Diplomats and monarchs debated the “Eastern Question,” which
focused on whether the Ottoman Empire should be kept on life support
as “the sick man of Europe” or carved up. Moscow and London played a
“Great Game” for power and control over the Caucasus and Central
Asia. In today’s new Great Game, however, the major players and forces
have changed. The U.S., a newcomer, is at the height of its power, and
long-distracted China is now pushing forward. Formerly dominant
Russia is still influential, and Great Britain, once so strong, is marginal.
But another big change is that the Turkic actors, although still weak, are
back in the game, and have to be taken into account. As the U.S. discovered
in the Iraq war in 2003, the Turks cannot be taken for granted.
And the Turkic world stretches like a long bow over what the Pentagon
now describes as “arcs of instability,” its new strategic worry in the post-
Sept 11 world. “We will have to be out acting in the world in places that
are very unfamiliar to us,” a senior Pentagon planner told a colleague at
my newspaper, The Wall Street Journal, in 2003. “We will have to make
them familiar.”
–
This book is the fruit of more than a decade of travel through the
lands of the Turkic-speaking peoples, including extended expeditions
along the ancient tracks that became known in the 19th century as the
Silk Road. I visited communities in a belt of Turkic speakers which, if
one accepts evidence of a Turkic link to the native Indians of America,
literally girdles the globe. They took me from the edge of the Taklamakan
desert in China’s “Wild West” province of Xinjiang to mosques alongside
Dutch canals leading to the North Sea and onward to the Appalachian
Mountains in the western United States. I took many flights, of course,
but I also crossed all their borders in Eurasia overland. I returned to several
places repeatedly and was able to observe dramatic changes. I have
steamed across the Caspian Sea both ways by ship and paid no less than
four visits to the isolated Azerbaijani exclave of Nakhichevan. I have
criss-crossed the Caucasus a dozen times by train, by bus and by car.

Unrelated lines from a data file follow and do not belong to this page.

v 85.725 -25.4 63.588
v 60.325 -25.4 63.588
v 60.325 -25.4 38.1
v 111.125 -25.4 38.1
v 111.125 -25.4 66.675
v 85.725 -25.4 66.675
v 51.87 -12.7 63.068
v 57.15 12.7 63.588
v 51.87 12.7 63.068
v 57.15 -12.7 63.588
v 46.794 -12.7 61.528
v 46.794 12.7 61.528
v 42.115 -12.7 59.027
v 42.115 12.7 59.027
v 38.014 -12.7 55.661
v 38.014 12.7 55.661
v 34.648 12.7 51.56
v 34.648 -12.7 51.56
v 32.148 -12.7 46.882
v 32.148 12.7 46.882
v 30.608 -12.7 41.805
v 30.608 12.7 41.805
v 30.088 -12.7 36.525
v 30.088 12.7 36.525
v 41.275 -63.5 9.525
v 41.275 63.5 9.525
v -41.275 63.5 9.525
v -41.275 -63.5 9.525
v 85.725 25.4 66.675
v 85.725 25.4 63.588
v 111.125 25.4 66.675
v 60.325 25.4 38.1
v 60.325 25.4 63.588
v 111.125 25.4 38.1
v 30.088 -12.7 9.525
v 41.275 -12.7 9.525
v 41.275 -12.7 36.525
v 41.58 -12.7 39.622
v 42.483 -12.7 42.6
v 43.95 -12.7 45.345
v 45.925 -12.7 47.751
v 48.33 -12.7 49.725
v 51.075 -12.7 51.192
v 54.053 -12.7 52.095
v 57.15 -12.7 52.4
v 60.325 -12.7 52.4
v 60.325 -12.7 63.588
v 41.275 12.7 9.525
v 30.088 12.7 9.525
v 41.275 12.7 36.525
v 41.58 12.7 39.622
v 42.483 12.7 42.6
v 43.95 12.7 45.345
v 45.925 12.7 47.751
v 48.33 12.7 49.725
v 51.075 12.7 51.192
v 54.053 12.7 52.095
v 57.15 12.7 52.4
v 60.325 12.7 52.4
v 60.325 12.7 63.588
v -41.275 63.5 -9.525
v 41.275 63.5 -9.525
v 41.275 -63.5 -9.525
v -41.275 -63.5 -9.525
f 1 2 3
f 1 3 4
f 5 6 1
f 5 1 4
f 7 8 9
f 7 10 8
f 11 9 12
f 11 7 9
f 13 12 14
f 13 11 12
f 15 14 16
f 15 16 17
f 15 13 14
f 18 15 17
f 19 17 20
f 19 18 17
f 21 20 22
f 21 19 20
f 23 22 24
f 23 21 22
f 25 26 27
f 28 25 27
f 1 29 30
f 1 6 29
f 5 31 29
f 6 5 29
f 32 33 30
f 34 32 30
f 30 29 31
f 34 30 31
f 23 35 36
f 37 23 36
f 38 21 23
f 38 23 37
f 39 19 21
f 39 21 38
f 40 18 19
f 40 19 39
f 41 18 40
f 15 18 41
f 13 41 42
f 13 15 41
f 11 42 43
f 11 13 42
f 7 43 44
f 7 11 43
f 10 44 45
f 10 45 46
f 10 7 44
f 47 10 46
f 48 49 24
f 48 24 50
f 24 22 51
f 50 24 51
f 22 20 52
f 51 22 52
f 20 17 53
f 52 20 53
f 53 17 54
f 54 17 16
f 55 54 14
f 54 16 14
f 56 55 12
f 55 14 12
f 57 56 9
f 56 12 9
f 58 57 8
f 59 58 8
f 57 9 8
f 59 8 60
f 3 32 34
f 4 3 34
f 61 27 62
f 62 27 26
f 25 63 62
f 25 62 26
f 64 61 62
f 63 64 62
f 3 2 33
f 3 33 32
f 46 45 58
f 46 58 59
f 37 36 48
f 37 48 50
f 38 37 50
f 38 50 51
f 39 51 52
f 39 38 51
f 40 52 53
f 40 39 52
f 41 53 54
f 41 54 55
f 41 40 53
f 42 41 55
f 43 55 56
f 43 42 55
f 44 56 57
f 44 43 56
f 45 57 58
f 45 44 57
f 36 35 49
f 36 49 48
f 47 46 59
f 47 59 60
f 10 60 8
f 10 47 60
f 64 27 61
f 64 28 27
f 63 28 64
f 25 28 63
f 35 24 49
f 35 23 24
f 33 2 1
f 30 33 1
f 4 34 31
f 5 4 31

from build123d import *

# Parameters (mm, degrees)
F1_DEPTH = 63.5
F0_W     = 25.4
F0_H     = 14.3002
F0_H_2   = 11.1874153703
F2_DEPTH = 25.4
F3_DEPTH = 12.7


with BuildPart() as f1:
    # F0 (on Front) → F1 (new body, symmetric)
    with BuildSketch(Plane.XZ):
        Polygon((30.0875846297, 9.525), (-41.275, 9.525), (-41.275, -9.525), (41.275, -9.525), (41.275, 9.525), align=None)
    extrude(amount=F1_DEPTH, both=True)


with BuildPart() as f2:
    # F0 (on Front) → F2 (new body, symmetric)
    with BuildSketch(Plane.XZ):
        Polygon((85.725, 66.675), (85.725, 63.5876153703), (85.725, 52.4002), (85.725, 38.1), (111.125, 38.1), (111.125, 66.675), align=None)
        with Locations((73.025, 45.2501)):
            Rectangle(F0_W, F0_H)
        with Locations((73.025, 57.9939076852)):
            Rectangle(F0_W, F0_H_2)
    extrude(amount=F2_DEPTH, both=True)


with BuildPart() as f3:
    # F0 (on Front) → F3 (new body, symmetric)
    with BuildSketch(Plane.XZ):
        with BuildLine():
            Line((30.0875846297, 36.5252), (30.0875846297, 9.525))
            Line((30.0875846297, 9.525), (41.275, 9.525))
            Line((41.275, 9.525), (41.275, 36.5252))
            ThreePointArc((41.275, 36.5252), (45.9246798487, 47.7505201513), (57.15, 52.4002))
            Line((57.15, 52.4002), (60.325, 52.4002))
            Line((60.325, 52.4002), (60.325, 63.5876153703))
            Line((60.325, 63.5876153703), (57.15, 63.5876153703))
            ThreePointArc((57.15, 63.5876153703), (38.0139825763, 55.6612174237), (30.0875846297, 36.5252))
        make_face()
    extrude(amount=F3_DEPTH, both=True)


solid = Compound([f1.part, f2.part, f3.part])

It was tempting to start my story in the east, following the great westward
movement of the Turks that started more than a millennium ago
and continues to this day. But having distilled my experiences from more
than 20 countries, of which a dozen merit extended treatment here, I
feared that a travelogue might prove confusing. Instead I have divided
my impressions into six sections that I believe reflect the collective qualities
of the Turkic peoples: their military vocation; their strong, quarrelling
leaders; their shared history and neighbors; their pragmatic experience
of the Muslim religion; their love-hate relationship with the West
over issues like oil, corruption and human rights; and their conviction
that the coming decades must bring better fortunes than the devastating
experiences of the 19th and 20th centuries.
My argument is that Turkic peoples can no longer be treated as marginal
players on the edge of Europe and the Middle East, or crushed
subjects of remote parts of the Russian and Chinese domains, or distant
allies taken for granted by the Europe Union and the United States.
They are becoming noteworthy peoples and prosperous states in their
own right, and are developing numerous new connections between each
other. I hope this book will give a broader context to those who know
Turkic peoples only in one guise: perhaps as minority immigrants in
Europe and America, as go-getting businessmen in Istanbul, as displaced
refugees in the Caucaus, as oil negotiators in Central Asia, or as dissident
rebels in China. I know of few other attempts to put the Turkic peoples
in the center of a narrative frame, and certainly none of this scope.
I believe it reflects the Turkic peoples’ attempts since the end of the
Cold War to set a course to a better future—sometimes breathtaking and
daring, often clumsy and controversial, but always with a passionate
determination to regain control of their fate.